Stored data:
+ + + + + + +

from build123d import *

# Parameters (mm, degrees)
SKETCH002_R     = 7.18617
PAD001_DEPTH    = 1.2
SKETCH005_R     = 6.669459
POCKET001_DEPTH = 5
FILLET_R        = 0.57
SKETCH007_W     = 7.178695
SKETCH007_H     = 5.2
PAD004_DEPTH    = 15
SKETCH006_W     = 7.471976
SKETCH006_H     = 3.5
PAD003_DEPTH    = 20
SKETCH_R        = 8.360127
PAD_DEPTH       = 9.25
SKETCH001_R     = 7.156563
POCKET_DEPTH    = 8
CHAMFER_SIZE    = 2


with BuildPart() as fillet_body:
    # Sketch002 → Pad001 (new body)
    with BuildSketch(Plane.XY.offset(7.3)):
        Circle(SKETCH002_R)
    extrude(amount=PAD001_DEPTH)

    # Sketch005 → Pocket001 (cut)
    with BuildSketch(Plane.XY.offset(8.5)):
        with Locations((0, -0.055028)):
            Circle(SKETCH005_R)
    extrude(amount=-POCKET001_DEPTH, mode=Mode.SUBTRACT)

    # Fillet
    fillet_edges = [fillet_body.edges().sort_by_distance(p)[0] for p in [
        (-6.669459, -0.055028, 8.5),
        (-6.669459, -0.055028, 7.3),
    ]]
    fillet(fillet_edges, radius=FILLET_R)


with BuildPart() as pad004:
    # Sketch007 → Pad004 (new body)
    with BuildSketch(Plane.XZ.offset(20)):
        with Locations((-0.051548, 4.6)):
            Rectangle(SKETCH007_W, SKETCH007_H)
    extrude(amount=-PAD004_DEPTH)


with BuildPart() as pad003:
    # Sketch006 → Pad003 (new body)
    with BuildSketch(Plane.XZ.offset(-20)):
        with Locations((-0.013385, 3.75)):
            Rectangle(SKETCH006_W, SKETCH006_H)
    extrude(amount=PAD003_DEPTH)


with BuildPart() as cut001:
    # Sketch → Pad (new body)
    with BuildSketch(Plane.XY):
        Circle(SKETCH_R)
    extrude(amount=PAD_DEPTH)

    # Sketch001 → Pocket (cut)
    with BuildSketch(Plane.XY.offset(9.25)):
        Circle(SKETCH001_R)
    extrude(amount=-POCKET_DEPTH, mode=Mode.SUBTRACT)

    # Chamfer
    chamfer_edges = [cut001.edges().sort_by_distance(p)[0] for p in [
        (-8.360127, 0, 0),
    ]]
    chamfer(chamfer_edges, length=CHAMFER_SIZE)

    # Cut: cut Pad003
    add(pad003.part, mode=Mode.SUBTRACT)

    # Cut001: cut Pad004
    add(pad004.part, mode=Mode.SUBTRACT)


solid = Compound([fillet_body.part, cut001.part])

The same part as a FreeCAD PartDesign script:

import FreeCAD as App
import Part
import Sketcher
from FreeCAD import Vector


def edges_at(feature, points):
    """Names of the edges that pass closest to the given points."""
    edges = feature.Shape.Edges
    near = lambda p: min(range(len(edges)), key=lambda i: edges[i].distToShape(Part.Vertex(*p))[0])
    return sorted({f"Edge{near(p) + 1}" for p in points})


def add_polygon(sketch, points):
    """Adds a closed chain of lines whose ends are joined by coincident constraints."""
    first, n = sketch.GeometryCount, len(points)
    for a, b in zip(points, points[1:] + points[:1]):
        sketch.addGeometry(Part.LineSegment(App.Vector(*a, 0), App.Vector(*b, 0)), False)
    for i in range(n):
        sketch.addConstraint(Sketcher.Constraint("Coincident", first + i, 2, first + (i + 1) % n, 1))

doc = App.newDocument("Part")
params = doc.addObject("Spreadsheet::Sheet", "Params")
for row, (alias, value) in enumerate([
    ("pad1_length", "1.2 mm"),
    ("pocket1_length", "5 mm"),
    ("fillet_radius", "0.57 mm"),
    ("sketch3_height", "5.2 mm"),
    ("pad2_length", "15 mm"),
    ("sketch4_height", "3.5 mm"),
    ("pad3_length", "20 mm"),
    ("pad4_length", "9.25 mm"),
    ("pocket2_length", "8 mm"),
    ("chamfer_size", "2 mm"),
], start=1):
    params.set(f"A{row}", alias)
    params.set(f"B{row}", "=" + value)
    params.setAlias(f"B{row}", alias)

body = doc.addObject("PartDesign::Body", "Body")

# Sketch on XY plane
sketch1 = doc.addObject("Sketcher::SketchObject", "Sketch")
body.addObject(sketch1)
sketch1.AttachmentSupport = (doc.XY_Plane, [""])
sketch1.MapMode = "FlatFace"
sketch1.AttachmentOffset = App.Placement(Vector(0, 0, 7.3), App.Rotation())
sketch1.addGeometry(Part.Circle(Vector(0, 0, 0), Vector(0, 0, 1), 7), False)
sketch1.addConstraint([
    Sketcher.Constraint("Coincident", 0, 3, -1, 1),
    Sketcher.Constraint("Diameter", 0, 14.37234),
])
pad1 = doc.addObject("PartDesign::Pad", "Pad")
body.addObject(pad1)
pad1.Profile = sketch1
pad1.setExpression("Length", "Params.pad1_length")

# Sketch on XY plane
sketch2 = doc.addObject("Sketcher::SketchObject", "Sketch001")
body.addObject(sketch2)
sketch2.AttachmentSupport = (doc.XY_Plane, [""])
sketch2.MapMode = "FlatFace"
sketch2.AttachmentOffset = App.Placement(Vector(0, 0, 8.5), App.Rotation())
sketch2.addGeometry(Part.Circle(Vector(0, 0, 0), Vector(0, 0, 1), 7), False)
sketch2.addConstraint([
    Sketcher.Constraint("PointOnObject", 0, 3, -2),
    Sketcher.Constraint("Diameter", 0, 13.338918),
    Sketcher.Constraint("DistanceY", 0, 3, -1, 1, 0.055028),
])
pocket1 = doc.addObject("PartDesign::Pocket", "Pocket")
body.addObject(pocket1)
pocket1.Profile = sketch2
pocket1.setExpression("Length", "Params.pocket1_length")
doc.recompute()

fillet = doc.addObject("PartDesign::Fillet", "Fillet")
body.addObject(fillet)
fillet.Base = (pocket1, edges_at(pocket1, [(-6.669, -0.055, 8.5), (-6.669, -0.055, 7.3)]))
fillet.setExpression("Radius", "Params.fillet_radius")
body2 = doc.addObject("PartDesign::Body", "Body001")

# Sketch on XZ plane
sketch3 = doc.addObject("Sketcher::SketchObject", "Sketch002")
body2.addObject(sketch3)
sketch3.AttachmentSupport = (doc.getObject("XZ_Plane001"), [""])
sketch3.MapMode = "FlatFace"
sketch3.AttachmentOffset = App.Placement(Vector(0, 0, 20), App.Rotation())
add_polygon(sketch3, [(-4, 7), (-4, 2), (4, 2), (4, 7)])  # lines 0-3
sketch3.addConstraint([
    Sketcher.Constraint("Vertical", 0),
    Sketcher.Constraint("Horizontal", 1),
    Sketcher.Constraint("Vertical", 2),
    Sketcher.Constraint("Horizontal", 3),
    Sketcher.Constraint("DistanceY", 0, 2, 0, 1, 5.2),
    Sketcher.Constraint("DistanceY", -1, 1, 0, 2, 2.0),
    Sketcher.Constraint("DistanceX", -1, 1, 1, 2, 3.5378),
    Sketcher.Constraint("DistanceX", 1, 1, 1, 2, 7.178695),
])
sketch3.setExpression("Constraints[8]", "Params.sketch3_height")
pad2 = doc.addObject("PartDesign::Pad", "Pad001")
body2.addObject(pad2)
pad2.Profile = sketch3
pad2.setExpression("Length", "Params.pad2_length")
pad2.Reversed = True
body3 = doc.addObject("PartDesign::Body", "Body002")

# Sketch on XZ plane
sketch4 = doc.addObject("Sketcher::SketchObject", "Sketch003")
body3.addObject(sketch4)
sketch4.AttachmentSupport = (doc.getObject("XZ_Plane002"), [""])
sketch4.MapMode = "FlatFace"
sketch4.AttachmentOffset = App.Placement(Vector(0, 0, -20), App.Rotation())
add_polygon(sketch4, [(-3.7, 5.5), (-3.7, 2), (3.7, 2), (3.7, 5.5)])  # lines 0-3
sketch4.addConstraint([
    Sketcher.Constraint("Vertical", 0),
    Sketcher.Constraint("Horizontal", 1),
    Sketcher.Constraint("Vertical", 2),
    Sketcher.Constraint("Horizontal", 3),
    Sketcher.Constraint("DistanceY", 0, 2, 0, 1, 3.5),
    Sketcher.Constraint("DistanceY", -1, 1, 0, 2, 2.0),
    Sketcher.Constraint("DistanceX", 1, 1, 1, 2, 7.471976),
    Sketcher.Constraint("DistanceX", 0, 2, -1, 1, 3.749373),
])
sketch4.setExpression("Constraints[8]", "Params.sketch4_height")
pad3 = doc.addObject("PartDesign::Pad", "Pad002")
body3.addObject(pad3)
pad3.Profile = sketch4
pad3.setExpression("Length", "Params.pad3_length")
body4 = doc.addObject("PartDesign::Body", "Body003")

# Sketch on XY plane
sketch5 = doc.addObject("Sketcher::SketchObject", "Sketch004")
body4.addObject(sketch5)
sketch5.AttachmentSupport = (doc.getObject("XY_Plane003"), [""])
sketch5.MapMode = "FlatFace"
sketch5.addGeometry(Part.Circle(Vector(0, 0, 0), Vector(0, 0, 1), 8), False)
sketch5.addConstraint([
    Sketcher.Constraint("Coincident", 0, 3, -1, 1),
    Sketcher.Constraint("Diameter", 0, 16.720254),
])
pad4 = doc.addObject("PartDesign::Pad", "Pad003")
body4.addObject(pad4)
pad4.Profile = sketch5
pad4.setExpression("Length", "Params.pad4_length")

# Sketch on XY plane
sketch6 = doc.addObject("Sketcher::SketchObject", "Sketch005")
body4.addObject(sketch6)
sketch6.AttachmentSupport = (doc.getObject("XY_Plane003"), [""])
sketch6.MapMode = "FlatFace"
sketch6.AttachmentOffset = App.Placement(Vector(0, 0, 9.25), App.Rotation())
sketch6.addGeometry(Part.Circle(Vector(0, 0, 0), Vector(0, 0, 1), 7), False)
sketch6.addConstraint([
    Sketcher.Constraint("Coincident", 0, 3, -1, 1),
    Sketcher.Constraint("Diameter", 0, 14.313126),
])
pocket2 = doc.addObject("PartDesign::Pocket", "Pocket001")
body4.addObject(pocket2)
pocket2.Profile = sketch6
pocket2.setExpression("Length", "Params.pocket2_length")
doc.recompute()

chamfer = doc.addObject("PartDesign::Chamfer", "Chamfer")
body4.addObject(chamfer)
chamfer.Base = (pocket2, edges_at(pocket2, [(-8.36, 0, 0)]))
chamfer.setExpression("Size", "Params.chamfer_size")
doc.recompute()

boolean = doc.addObject("PartDesign::Boolean", "Boolean")
body4.addObject(boolean)
boolean.Type = "Cut"
boolean.addObjects([body3])
doc.recompute()

boolean2 = doc.addObject("PartDesign::Boolean", "Boolean001")
body4.addObject(boolean2)
boolean2.Type = "Cut"
boolean2.addObjects([body2])

doc.recompute()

+ + + + + + +

• [PROBLEM TO SOLVE]:
For the data above, give the number of lines in which the word "extrude" appears, and nothing more.

• [YOUR SOLUTION]:
6